I have never seen myself as having courage in great quantities. If I were to describe myself with respect to courage; I would use words such as timid, shy, introverted, cautious and reserved. And even when I seem outgoing, it is not my natural tendency and not comfortable to me. I don’t like making new friends and talking to people I don’t know. I hate conflict and confrontation and I don’t like being the center of attention. I’d rather sit in the corner. Since I don’t feel like a courageous person; I think that I why I have admired courage in other people. So often I have prayed for courage. That I might be bold in sharing my faith or that I would have the courage to be obedient and to go and do what God has called me to. Some truths have recently become clearer to me.
Number 1: Jesus said “If you remain in me and my words remain in you, ask whatever you wish, and it will be given you.” (John 15:7)
Number 2: “being confident of this, that he who began a good work in you will carry it on to completion until the day of Christ Jesus.” (Philippians 1:6).

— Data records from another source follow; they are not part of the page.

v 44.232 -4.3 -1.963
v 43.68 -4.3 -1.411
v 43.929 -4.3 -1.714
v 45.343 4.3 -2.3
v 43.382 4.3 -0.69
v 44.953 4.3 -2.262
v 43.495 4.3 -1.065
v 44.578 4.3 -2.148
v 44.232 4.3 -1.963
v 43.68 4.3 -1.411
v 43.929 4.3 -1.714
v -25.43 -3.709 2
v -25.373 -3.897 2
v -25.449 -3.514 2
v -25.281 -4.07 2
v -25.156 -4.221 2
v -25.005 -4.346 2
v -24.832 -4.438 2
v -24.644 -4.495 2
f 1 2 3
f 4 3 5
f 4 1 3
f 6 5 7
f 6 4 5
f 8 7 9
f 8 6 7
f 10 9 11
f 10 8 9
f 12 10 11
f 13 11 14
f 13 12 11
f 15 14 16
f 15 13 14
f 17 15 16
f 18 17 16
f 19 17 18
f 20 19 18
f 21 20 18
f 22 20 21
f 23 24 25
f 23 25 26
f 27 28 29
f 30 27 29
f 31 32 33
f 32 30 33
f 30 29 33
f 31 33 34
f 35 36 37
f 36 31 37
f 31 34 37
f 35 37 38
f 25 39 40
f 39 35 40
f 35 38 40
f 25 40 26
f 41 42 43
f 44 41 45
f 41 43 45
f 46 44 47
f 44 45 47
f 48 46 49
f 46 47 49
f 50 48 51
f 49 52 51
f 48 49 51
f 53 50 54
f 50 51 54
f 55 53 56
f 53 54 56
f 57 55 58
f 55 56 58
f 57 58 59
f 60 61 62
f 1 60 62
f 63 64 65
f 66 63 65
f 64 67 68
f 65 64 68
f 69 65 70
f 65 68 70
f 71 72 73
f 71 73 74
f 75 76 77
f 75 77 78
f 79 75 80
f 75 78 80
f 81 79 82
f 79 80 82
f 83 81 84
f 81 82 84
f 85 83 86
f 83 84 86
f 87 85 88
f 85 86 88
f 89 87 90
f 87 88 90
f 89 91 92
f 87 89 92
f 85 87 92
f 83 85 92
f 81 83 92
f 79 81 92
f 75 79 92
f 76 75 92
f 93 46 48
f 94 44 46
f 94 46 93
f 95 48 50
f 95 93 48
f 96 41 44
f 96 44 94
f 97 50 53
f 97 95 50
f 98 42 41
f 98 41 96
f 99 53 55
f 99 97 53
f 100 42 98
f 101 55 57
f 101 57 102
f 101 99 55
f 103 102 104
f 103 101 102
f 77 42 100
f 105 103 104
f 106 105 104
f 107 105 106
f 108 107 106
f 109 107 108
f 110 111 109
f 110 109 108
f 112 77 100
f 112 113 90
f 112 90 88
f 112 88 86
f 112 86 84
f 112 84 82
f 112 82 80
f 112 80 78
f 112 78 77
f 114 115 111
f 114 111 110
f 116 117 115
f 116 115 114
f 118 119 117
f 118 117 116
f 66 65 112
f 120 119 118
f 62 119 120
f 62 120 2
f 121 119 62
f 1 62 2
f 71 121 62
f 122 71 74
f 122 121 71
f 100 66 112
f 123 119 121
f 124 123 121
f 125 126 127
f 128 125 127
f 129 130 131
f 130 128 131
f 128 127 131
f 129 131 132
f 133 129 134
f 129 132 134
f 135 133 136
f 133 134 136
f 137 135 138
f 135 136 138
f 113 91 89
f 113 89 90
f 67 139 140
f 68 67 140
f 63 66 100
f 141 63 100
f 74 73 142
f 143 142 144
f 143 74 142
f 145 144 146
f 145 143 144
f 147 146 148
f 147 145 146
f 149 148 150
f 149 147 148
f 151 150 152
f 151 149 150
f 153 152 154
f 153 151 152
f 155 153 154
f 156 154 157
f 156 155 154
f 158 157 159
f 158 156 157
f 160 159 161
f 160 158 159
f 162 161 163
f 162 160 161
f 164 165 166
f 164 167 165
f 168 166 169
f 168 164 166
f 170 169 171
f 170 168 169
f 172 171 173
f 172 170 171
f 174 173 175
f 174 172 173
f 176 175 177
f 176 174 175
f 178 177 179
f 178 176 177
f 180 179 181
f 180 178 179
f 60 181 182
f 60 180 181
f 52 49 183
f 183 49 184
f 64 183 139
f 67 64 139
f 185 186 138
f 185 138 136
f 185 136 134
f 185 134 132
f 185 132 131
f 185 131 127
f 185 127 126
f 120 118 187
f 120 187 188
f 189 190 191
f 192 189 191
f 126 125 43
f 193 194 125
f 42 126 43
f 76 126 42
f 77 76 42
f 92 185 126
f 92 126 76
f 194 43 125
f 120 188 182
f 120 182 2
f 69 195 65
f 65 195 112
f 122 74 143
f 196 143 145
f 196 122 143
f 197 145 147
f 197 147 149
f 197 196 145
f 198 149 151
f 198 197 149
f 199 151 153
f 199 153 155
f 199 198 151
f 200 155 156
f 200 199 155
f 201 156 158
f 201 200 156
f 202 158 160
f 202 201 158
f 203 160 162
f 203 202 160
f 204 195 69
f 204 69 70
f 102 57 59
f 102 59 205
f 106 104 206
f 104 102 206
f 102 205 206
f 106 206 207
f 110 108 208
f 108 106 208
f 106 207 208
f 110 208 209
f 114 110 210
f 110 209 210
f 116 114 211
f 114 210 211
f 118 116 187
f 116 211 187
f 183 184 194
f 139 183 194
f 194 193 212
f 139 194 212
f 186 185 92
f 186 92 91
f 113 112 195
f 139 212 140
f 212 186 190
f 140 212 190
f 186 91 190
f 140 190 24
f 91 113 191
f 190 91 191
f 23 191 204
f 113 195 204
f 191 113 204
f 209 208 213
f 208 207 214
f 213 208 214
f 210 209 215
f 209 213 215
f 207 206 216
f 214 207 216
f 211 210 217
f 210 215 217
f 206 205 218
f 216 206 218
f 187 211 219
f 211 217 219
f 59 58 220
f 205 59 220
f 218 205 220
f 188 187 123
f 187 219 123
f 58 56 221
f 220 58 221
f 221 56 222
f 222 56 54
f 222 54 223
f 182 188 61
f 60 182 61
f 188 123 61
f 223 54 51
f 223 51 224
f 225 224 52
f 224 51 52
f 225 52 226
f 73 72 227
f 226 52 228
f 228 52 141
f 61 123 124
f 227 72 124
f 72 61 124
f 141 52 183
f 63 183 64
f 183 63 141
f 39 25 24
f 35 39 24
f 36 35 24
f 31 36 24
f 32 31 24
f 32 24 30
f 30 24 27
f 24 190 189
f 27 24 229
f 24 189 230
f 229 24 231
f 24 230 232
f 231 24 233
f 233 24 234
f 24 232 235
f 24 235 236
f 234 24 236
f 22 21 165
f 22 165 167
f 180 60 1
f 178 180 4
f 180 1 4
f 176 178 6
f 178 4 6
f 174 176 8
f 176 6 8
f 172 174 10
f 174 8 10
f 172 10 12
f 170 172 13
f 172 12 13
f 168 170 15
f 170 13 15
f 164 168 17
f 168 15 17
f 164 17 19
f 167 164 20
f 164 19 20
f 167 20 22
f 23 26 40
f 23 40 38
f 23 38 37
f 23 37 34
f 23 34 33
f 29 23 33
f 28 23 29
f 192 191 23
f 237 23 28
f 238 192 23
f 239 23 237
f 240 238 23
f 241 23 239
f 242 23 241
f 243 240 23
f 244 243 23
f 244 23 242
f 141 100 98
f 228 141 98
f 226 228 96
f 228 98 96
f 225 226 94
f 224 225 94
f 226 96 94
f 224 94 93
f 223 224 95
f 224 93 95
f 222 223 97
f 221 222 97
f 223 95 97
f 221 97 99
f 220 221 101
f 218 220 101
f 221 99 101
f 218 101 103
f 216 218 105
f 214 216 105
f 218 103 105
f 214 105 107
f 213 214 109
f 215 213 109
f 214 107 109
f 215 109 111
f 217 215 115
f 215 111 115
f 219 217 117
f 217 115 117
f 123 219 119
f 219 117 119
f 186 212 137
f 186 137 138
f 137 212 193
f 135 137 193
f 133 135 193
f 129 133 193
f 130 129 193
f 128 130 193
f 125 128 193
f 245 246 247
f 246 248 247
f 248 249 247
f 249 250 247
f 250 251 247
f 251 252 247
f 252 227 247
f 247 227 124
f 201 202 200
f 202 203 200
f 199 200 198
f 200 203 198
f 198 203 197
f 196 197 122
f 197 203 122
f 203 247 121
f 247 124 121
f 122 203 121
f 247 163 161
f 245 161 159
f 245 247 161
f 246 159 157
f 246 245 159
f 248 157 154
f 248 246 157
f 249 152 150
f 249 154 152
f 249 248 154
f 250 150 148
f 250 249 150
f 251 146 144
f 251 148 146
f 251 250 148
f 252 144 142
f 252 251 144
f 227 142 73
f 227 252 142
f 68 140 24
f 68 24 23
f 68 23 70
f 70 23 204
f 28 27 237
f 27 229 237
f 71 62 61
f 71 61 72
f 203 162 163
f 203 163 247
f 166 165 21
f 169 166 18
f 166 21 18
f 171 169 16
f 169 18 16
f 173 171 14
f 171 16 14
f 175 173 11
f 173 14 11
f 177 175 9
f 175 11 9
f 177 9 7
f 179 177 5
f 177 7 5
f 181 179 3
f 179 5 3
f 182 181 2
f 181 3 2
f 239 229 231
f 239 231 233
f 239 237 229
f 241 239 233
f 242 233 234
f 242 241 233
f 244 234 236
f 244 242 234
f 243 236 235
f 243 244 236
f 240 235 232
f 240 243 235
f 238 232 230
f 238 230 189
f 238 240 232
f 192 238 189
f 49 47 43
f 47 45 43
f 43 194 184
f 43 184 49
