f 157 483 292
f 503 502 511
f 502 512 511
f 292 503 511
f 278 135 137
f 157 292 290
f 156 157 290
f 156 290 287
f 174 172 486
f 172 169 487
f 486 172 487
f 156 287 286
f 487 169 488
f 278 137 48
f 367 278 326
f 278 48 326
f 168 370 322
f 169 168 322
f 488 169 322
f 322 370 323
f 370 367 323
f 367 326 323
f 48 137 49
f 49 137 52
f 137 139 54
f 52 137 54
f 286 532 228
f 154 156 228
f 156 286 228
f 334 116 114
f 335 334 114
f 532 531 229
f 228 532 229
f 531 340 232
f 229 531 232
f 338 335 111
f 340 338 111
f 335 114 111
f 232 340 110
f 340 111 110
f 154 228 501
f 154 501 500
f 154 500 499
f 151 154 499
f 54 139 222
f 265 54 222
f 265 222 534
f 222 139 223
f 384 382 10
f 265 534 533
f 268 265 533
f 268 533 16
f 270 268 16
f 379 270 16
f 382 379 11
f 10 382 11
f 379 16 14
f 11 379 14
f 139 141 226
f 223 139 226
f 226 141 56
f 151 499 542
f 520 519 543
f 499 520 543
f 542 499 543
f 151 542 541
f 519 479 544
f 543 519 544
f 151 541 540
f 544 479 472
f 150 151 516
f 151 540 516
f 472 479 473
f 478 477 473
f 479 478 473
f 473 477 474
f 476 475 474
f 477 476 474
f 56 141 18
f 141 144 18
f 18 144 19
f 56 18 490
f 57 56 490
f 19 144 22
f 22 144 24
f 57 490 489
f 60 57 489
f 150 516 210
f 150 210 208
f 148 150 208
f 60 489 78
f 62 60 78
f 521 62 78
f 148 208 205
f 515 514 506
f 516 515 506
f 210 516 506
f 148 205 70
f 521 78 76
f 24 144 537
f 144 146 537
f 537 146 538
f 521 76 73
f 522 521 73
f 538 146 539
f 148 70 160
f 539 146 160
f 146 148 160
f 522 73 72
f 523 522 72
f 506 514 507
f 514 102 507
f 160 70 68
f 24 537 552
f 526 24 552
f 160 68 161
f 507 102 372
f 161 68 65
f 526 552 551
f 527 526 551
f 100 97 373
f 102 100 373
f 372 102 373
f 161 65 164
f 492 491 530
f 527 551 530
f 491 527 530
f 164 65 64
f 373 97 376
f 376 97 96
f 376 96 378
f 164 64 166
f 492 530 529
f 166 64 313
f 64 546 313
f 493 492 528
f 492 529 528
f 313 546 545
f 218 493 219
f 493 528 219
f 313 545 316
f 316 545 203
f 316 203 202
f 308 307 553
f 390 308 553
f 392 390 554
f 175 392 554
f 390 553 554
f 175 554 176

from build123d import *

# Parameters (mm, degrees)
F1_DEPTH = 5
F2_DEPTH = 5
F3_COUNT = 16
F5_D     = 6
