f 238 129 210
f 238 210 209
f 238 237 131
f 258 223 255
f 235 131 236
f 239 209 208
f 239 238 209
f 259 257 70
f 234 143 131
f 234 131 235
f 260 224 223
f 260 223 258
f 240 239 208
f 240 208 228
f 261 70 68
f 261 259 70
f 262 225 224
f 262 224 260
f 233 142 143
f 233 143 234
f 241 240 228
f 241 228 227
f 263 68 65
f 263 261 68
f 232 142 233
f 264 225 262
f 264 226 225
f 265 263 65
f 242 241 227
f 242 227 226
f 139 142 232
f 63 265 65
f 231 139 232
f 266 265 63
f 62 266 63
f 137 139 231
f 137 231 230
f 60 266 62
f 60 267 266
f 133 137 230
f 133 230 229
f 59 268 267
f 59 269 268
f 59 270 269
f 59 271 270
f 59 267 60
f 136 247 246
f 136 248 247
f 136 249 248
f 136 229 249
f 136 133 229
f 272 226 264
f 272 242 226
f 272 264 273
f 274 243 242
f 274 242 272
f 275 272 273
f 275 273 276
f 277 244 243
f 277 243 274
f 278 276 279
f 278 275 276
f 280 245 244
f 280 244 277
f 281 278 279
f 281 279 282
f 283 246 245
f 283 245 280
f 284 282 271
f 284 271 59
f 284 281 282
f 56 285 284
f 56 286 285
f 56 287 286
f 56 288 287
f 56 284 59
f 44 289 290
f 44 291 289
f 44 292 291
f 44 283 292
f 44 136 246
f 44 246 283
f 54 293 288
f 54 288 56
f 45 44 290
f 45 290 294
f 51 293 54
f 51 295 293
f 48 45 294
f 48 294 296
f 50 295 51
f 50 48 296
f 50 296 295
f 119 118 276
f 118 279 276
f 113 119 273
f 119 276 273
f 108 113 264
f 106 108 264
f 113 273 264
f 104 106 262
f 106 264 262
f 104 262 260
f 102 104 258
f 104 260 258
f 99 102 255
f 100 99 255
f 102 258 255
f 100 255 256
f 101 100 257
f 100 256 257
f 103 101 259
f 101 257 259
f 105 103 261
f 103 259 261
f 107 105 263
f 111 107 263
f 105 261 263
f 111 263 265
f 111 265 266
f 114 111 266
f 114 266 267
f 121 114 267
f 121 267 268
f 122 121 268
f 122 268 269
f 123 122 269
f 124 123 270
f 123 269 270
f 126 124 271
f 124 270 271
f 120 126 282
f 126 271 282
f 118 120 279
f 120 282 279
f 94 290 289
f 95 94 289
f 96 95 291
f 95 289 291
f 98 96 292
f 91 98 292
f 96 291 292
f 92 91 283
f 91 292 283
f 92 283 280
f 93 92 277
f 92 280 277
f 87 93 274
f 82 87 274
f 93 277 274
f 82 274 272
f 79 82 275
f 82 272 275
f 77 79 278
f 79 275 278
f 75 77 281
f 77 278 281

God is slowly answering my prayer and doing good work in my life and I trust He will continue until Christ comes for me. I believe one reason I cannot see courage in myself is because I possess too much pride. Pride is often considered a good virtue. Many times someone can seem courageous, but behind it lies pride. I have this strong feeling that I have to prove myself. I don’t like to talk to people or go new places because I don’t want to look like “the new person” or like I’m completely lost or even like I don’t know what I’m doing. I will struggle with something for hours before I will finally ask for help. All because I have so much pride that I don’t want to admit I can’t do it myself. This makes me persistent, yes, but not courageous. As I learn to humble myself in a new place and with new job, I can finally see some courage in myself. 1 Peter 5:6-7 “Humble yourselves, therefore, under God's mighty hand, that he may lift you up in due time. Cast all your anxiety on him because he cares for you.”
Courage and bravery usually involve some sort of personal sacrifice. We call our soldiers brave because they give up their lives, families, and security to defend our nation. I moved away from everything I knew and stepped out in obedience. I have been called brave and courageous many times these past few weeks. People can’t seem to believe that I came all the way out here for a new job when I’m only 23. It surprises people that I can live here where I have no family and don’t really know anyone yet. It surprises people I meet that I can walk into a new church by myself and just put myself out there. I’ll let you in on a secret. Every new situation I’m in scares me to death and I’m in new situations every day. But I really have no choice. I must be bold in order to survive in a new place. Shouldn’t our daily lives be like that? If we obey Christ we need daily courage to walk by faith. Amazing things can happen when you “put yourself out there” and allow God to work. I love the quote from the book If you Want to Walk on Water You’ve Got to Get Out of the Boat By John Ortberg -- "For someone who wrestles with worry and doubt and yet still obeys, trembling but trusting-- that is true courage."
My hope and prayer is that I continue to learn humility and God daily gives me the courage to follow him wherever He may lead me.